**WORK TO COMPLETE:**
Transcribe only part of the material below: the lines from the one containing "#182=ORIENTED_EDGE('',*,*,#62,.T.);" through the one containing "#189=ORIENTED_EDGE('',*,*,#188,.F.);", inclusive, exactly as written.

(Beginning of DATA UNDER STUDY)

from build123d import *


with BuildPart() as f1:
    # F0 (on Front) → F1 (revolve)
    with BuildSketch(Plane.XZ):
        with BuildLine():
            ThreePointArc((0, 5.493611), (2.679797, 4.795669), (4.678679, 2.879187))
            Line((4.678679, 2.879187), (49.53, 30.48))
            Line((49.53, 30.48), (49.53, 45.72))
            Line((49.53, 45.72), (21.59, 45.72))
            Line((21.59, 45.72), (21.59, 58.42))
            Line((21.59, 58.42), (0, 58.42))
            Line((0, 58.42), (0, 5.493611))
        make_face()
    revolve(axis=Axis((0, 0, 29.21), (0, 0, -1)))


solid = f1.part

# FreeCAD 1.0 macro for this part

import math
import FreeCAD as App
import Part
import Sketcher
Q = App.Units.Quantity

doc = App.newDocument("Part")
body = doc.addObject("PartDesign::Body", "Body")

# Sketch on XZ plane
sketch1 = doc.addObject("Sketcher::SketchObject", "Sketch")
body.addObject(sketch1)
sketch1.AttachmentSupport = (doc.XZ_Plane, [""])
sketch1.MapMode = "FlatFace"
sketch1.addGeometry([
    Part.ArcOfCircle(Part.Circle(App.Vector(0, 0, 0), App.Vector(0, 0, 1), 5), math.radians(32), math.radians(90)),  # 0
    Part.LineSegment(App.Vector(5, 3, 0), App.Vector(50, 30, 0)),  # 1
    Part.LineSegment(App.Vector(50, 30, 0), App.Vector(50, 46, 0)),  # 2
    Part.LineSegment(App.Vector(50, 46, 0), App.Vector(22, 46, 0)),  # 3
    Part.LineSegment(App.Vector(22, 46, 0), App.Vector(22, 58, 0)),  # 4
    Part.LineSegment(App.Vector(22, 58, 0), App.Vector(0, 58, 0)),  # 5
    Part.LineSegment(App.Vector(0, 58, 0), App.Vector(0, 5, 0)),  # 6
], False)
sketch1.addConstraint([
    Sketcher.Constraint("Coincident", 0, 1, 1, 1),
    Sketcher.Constraint("Coincident", 1, 2, 2, 1),
    Sketcher.Constraint("Coincident", 2, 2, 3, 1),
    Sketcher.Constraint("Coincident", 3, 2, 4, 1),
    Sketcher.Constraint("Coincident", 4, 2, 5, 1),
    Sketcher.Constraint("Coincident", 5, 2, 6, 1),
    Sketcher.Constraint("Coincident", 6, 2, 0, 2),
    Sketcher.Constraint("Vertical", 2),
    Sketcher.Constraint("Horizontal", 3),
    Sketcher.Constraint("Vertical", 4),
    Sketcher.Constraint("Horizontal", 5),
    Sketcher.Constraint("Vertical", 6),
    Sketcher.Constraint("Coincident", 0, 3, -1, 1),
    Sketcher.Constraint("PointOnObject", 5, 2, -2),
    Sketcher.Constraint("DistanceX", 3, 2, 3, 1, Q("1.1 in")),
    Sketcher.Constraint("DistanceY", 2, 1, 2, 2, Q("0.6 in")),
    Sketcher.Constraint("DistanceY", 4, 1, 4, 2, Q("0.5 in")),
    Sketcher.Constraint("DistanceX", 5, 2, 5, 1, Q("0.85 in")),
    Sketcher.Constraint("DistanceY", -1, 1, 1, 2, Q("1.2 in")),
    Sketcher.Constraint("DistanceX", -1, 1, 0, 1, Q("0.1842 in")),
    Sketcher.Constraint("Radius", 0, Q("5.493614 mm")),
])
revolution = doc.addObject("PartDesign::Revolution", "Revolution")
body.addObject(revolution)
revolution.Profile = sketch1
revolution.ReferenceAxis = (sketch1, ["V_Axis"])
revolution.Angle = 360

doc.recompute()
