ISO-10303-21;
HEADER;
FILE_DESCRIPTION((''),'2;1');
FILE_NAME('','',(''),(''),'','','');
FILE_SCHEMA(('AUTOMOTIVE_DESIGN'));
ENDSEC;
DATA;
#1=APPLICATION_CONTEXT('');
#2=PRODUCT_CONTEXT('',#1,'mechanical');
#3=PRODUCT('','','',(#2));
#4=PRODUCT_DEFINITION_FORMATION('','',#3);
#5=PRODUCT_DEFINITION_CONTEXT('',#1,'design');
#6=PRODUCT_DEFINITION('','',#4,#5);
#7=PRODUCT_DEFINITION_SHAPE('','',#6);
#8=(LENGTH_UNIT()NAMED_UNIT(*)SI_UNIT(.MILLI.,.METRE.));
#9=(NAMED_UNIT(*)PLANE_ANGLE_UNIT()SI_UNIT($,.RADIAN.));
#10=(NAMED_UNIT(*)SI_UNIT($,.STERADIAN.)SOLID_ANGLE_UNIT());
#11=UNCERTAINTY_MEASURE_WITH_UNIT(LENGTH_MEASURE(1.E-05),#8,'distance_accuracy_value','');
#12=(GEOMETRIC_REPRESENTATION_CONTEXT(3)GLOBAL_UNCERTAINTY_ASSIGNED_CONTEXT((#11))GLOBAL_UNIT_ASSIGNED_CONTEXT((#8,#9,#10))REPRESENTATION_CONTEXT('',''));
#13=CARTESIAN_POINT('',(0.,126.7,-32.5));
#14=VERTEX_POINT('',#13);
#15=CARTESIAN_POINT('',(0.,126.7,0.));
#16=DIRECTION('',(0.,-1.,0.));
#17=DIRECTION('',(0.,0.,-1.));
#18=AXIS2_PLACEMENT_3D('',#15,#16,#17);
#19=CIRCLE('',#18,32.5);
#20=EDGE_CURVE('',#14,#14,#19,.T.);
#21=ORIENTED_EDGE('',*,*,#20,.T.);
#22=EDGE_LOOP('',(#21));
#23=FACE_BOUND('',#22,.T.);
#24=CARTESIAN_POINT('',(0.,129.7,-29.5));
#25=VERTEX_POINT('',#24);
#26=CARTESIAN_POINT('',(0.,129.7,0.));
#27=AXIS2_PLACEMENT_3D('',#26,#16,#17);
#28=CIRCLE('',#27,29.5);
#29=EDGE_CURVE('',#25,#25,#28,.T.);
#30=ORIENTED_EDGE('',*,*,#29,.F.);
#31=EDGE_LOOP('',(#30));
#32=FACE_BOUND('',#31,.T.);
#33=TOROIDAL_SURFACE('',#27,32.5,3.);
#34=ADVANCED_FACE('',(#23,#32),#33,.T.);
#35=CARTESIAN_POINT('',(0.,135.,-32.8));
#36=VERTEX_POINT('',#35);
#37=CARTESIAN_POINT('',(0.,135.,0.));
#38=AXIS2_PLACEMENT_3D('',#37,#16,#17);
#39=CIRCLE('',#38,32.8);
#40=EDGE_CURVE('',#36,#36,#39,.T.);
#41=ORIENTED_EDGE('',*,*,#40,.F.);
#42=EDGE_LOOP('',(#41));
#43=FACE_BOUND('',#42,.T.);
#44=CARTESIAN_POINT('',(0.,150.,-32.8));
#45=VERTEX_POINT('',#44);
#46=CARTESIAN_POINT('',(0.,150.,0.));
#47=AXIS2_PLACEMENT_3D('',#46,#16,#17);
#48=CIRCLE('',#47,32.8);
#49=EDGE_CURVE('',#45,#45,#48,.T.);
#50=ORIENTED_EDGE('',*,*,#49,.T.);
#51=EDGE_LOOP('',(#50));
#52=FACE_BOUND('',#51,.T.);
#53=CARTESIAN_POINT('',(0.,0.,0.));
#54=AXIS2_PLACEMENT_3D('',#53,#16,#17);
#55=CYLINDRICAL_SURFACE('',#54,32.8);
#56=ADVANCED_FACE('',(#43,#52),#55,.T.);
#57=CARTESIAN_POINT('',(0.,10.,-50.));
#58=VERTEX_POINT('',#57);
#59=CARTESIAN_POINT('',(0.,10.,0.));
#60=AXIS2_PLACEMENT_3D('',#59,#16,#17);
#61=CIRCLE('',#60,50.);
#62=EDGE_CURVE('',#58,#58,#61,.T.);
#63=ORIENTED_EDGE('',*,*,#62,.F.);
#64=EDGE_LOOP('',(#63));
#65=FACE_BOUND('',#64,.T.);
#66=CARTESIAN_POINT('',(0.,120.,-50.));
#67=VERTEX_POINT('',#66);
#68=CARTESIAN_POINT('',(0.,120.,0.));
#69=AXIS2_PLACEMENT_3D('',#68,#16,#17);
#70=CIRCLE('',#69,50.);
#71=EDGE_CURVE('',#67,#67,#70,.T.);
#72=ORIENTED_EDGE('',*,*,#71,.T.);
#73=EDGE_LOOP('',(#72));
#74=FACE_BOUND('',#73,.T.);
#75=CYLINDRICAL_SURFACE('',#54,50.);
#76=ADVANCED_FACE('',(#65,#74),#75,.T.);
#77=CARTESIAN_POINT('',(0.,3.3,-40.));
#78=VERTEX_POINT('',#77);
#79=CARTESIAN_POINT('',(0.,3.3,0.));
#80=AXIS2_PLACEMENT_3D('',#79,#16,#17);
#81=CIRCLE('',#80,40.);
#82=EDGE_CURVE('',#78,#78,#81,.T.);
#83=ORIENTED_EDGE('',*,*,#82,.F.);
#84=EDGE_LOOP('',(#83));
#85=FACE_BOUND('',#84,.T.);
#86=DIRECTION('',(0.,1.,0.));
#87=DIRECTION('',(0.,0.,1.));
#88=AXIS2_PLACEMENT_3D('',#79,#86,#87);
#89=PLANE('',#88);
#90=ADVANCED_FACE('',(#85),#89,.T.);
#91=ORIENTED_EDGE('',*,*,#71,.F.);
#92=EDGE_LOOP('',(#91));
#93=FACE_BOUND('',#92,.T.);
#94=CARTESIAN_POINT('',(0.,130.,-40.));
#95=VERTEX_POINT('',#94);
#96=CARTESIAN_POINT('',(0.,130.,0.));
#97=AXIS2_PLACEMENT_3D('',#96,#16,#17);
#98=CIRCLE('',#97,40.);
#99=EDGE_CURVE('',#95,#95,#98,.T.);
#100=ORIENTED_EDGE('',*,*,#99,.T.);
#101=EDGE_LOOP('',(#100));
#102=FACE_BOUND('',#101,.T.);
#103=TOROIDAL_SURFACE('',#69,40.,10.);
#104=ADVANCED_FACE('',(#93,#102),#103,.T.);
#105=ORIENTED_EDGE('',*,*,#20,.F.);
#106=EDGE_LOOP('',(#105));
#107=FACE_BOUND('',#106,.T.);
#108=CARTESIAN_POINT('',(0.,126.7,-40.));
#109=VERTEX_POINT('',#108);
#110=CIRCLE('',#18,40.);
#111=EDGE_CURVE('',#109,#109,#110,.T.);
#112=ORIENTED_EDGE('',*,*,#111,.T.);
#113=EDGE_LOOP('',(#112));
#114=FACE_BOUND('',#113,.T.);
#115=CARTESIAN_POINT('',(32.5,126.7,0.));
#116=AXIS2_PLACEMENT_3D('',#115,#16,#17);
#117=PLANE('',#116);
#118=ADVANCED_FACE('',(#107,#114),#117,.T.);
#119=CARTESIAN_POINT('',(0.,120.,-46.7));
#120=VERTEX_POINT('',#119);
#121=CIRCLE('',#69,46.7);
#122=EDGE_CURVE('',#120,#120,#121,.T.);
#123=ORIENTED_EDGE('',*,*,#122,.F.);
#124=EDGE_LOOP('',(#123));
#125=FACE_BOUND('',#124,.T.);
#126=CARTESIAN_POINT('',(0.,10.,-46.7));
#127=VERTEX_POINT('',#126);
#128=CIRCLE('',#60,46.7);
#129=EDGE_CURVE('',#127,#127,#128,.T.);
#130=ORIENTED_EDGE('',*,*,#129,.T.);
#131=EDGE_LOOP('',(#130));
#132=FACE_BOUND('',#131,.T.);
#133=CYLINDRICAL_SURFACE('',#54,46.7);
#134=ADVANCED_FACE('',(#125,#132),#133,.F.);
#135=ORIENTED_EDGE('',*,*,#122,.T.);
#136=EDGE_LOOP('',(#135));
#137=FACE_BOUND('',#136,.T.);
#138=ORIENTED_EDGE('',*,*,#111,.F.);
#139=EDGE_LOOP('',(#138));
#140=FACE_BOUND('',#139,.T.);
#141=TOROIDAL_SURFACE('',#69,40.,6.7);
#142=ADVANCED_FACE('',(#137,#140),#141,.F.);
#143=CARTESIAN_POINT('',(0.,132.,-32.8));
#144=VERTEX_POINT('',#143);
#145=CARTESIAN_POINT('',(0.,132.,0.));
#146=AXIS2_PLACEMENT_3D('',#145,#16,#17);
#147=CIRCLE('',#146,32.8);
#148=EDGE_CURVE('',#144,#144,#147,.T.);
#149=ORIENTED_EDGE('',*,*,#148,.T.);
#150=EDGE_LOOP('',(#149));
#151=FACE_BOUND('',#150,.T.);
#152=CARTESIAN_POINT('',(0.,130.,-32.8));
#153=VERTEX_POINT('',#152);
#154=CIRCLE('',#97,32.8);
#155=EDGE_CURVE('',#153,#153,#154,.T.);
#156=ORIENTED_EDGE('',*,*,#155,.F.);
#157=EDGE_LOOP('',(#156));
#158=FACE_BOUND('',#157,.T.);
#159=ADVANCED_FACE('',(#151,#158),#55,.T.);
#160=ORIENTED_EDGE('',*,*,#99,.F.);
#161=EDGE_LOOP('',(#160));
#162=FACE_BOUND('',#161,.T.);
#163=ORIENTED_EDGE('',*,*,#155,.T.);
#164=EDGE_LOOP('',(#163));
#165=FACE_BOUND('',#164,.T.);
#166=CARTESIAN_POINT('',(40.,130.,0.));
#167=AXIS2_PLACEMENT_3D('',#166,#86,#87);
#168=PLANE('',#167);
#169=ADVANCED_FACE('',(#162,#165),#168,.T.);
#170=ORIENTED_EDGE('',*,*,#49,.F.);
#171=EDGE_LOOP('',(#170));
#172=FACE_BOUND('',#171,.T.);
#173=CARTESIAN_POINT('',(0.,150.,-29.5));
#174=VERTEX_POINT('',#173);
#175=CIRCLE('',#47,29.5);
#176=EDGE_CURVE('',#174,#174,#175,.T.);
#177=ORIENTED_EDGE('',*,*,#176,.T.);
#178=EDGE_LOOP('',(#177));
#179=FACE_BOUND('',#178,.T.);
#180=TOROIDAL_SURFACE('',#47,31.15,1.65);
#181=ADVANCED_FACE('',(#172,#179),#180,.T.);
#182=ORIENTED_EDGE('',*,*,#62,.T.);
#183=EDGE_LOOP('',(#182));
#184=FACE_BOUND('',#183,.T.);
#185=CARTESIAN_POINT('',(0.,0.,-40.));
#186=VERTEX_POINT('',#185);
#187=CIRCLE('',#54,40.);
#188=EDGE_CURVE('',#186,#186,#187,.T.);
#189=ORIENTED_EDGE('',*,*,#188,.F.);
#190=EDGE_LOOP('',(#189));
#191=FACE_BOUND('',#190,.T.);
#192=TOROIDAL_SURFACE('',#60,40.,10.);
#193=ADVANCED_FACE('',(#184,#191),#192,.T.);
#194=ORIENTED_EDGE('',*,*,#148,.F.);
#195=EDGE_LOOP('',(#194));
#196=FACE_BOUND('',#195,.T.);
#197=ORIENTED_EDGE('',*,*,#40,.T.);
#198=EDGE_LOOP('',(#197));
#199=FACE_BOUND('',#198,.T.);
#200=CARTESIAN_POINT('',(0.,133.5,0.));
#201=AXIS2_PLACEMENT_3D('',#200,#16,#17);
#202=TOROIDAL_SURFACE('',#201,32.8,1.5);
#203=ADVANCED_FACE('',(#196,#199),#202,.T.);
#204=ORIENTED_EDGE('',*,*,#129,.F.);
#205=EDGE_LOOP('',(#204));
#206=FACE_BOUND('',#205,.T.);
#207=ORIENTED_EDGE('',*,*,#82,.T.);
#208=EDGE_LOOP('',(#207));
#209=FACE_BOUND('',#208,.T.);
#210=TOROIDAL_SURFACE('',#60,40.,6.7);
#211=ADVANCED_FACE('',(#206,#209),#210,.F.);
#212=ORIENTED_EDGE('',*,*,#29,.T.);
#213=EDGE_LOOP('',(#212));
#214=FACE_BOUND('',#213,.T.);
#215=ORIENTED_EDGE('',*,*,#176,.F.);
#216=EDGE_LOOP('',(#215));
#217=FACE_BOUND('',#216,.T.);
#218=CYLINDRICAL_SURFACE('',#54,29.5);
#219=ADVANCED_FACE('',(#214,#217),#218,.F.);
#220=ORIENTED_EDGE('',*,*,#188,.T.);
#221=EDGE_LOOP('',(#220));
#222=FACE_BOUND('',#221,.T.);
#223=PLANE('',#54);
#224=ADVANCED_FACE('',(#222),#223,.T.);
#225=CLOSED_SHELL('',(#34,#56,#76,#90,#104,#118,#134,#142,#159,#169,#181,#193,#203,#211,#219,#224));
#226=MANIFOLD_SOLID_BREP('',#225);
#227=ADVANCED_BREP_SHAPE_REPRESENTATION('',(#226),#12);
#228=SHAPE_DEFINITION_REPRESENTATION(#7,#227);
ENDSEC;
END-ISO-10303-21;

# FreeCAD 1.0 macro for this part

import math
import FreeCAD as App
import Part
import Sketcher

V = App.Vector
Q = App.Units.Quantity

doc = App.newDocument("Part")
body = doc.addObject("PartDesign::Body", "Body")

# Sketch on XY plane
sketch1 = body.newObject("Sketcher::SketchObject", "Sketch")
sketch1.AttachmentSupport = (doc.getObject("XY_Plane"), [""])
sketch1.MapMode = "FlatFace"
sketch1.addGeometry([
    Part.LineSegment(V(0, 0, 0), V(40, 0, 0)),  # 0
    Part.ArcOfCircle(Part.Circle(V(40, 10, 0), V(0, 0, 1), 10), math.radians(-90), math.radians(0)),  # 1
    Part.LineSegment(V(50, 10, 0), V(50, 120, 0)),  # 2
    Part.ArcOfCircle(Part.Circle(V(40, 120, 0), V(0, 0, 1), 10), math.radians(0), math.radians(90)),  # 3
    Part.LineSegment(V(40, 130, 0), V(32.8, 130, 0)),  # 4
    Part.LineSegment(V(32.8, 130, 0), V(32.8, 132, 0)),  # 5
    Part.ArcOfCircle(Part.Circle(V(32.8, 133.5, 0), V(0, 0, 1), 1.5), math.radians(-90), math.radians(90)),  # 6
    Part.LineSegment(V(32.8, 135, 0), V(32.8, 150, 0)),  # 7
    Part.ArcOfCircle(Part.Circle(V(31.1, 150, 0), V(0, 0, 1), 1.6), math.radians(0), math.radians(180)),  # 8
    Part.LineSegment(V(29.5, 150, 0), V(29.5, 129.7, 0)),  # 9
    Part.ArcOfCircle(Part.Circle(V(32.5, 129.7, 0), V(0, 0, 1), 3), math.radians(180), math.radians(270)),  # 10
    Part.LineSegment(V(32.5, 126.7, 0), V(40, 126.7, 0)),  # 11
    Part.ArcOfCircle(Part.Circle(V(40, 120, 0), V(0, 0, 1), 6.7), math.radians(0), math.radians(90)),  # 12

(End of DATA UNDER STUDY)

**OUTPUT OF THE EXERCISE:**
#182=ORIENTED_EDGE('',*,*,#62,.T.);
#183=EDGE_LOOP('',(#182));
#184=FACE_BOUND('',#183,.T.);
#185=CARTESIAN_POINT('',(0.,0.,-40.));
#186=VERTEX_POINT('',#185);
#187=CIRCLE('',#54,40.);
#188=EDGE_CURVE('',#186,#186,#187,.T.);
#189=ORIENTED_EDGE('',*,*,#188,.F.);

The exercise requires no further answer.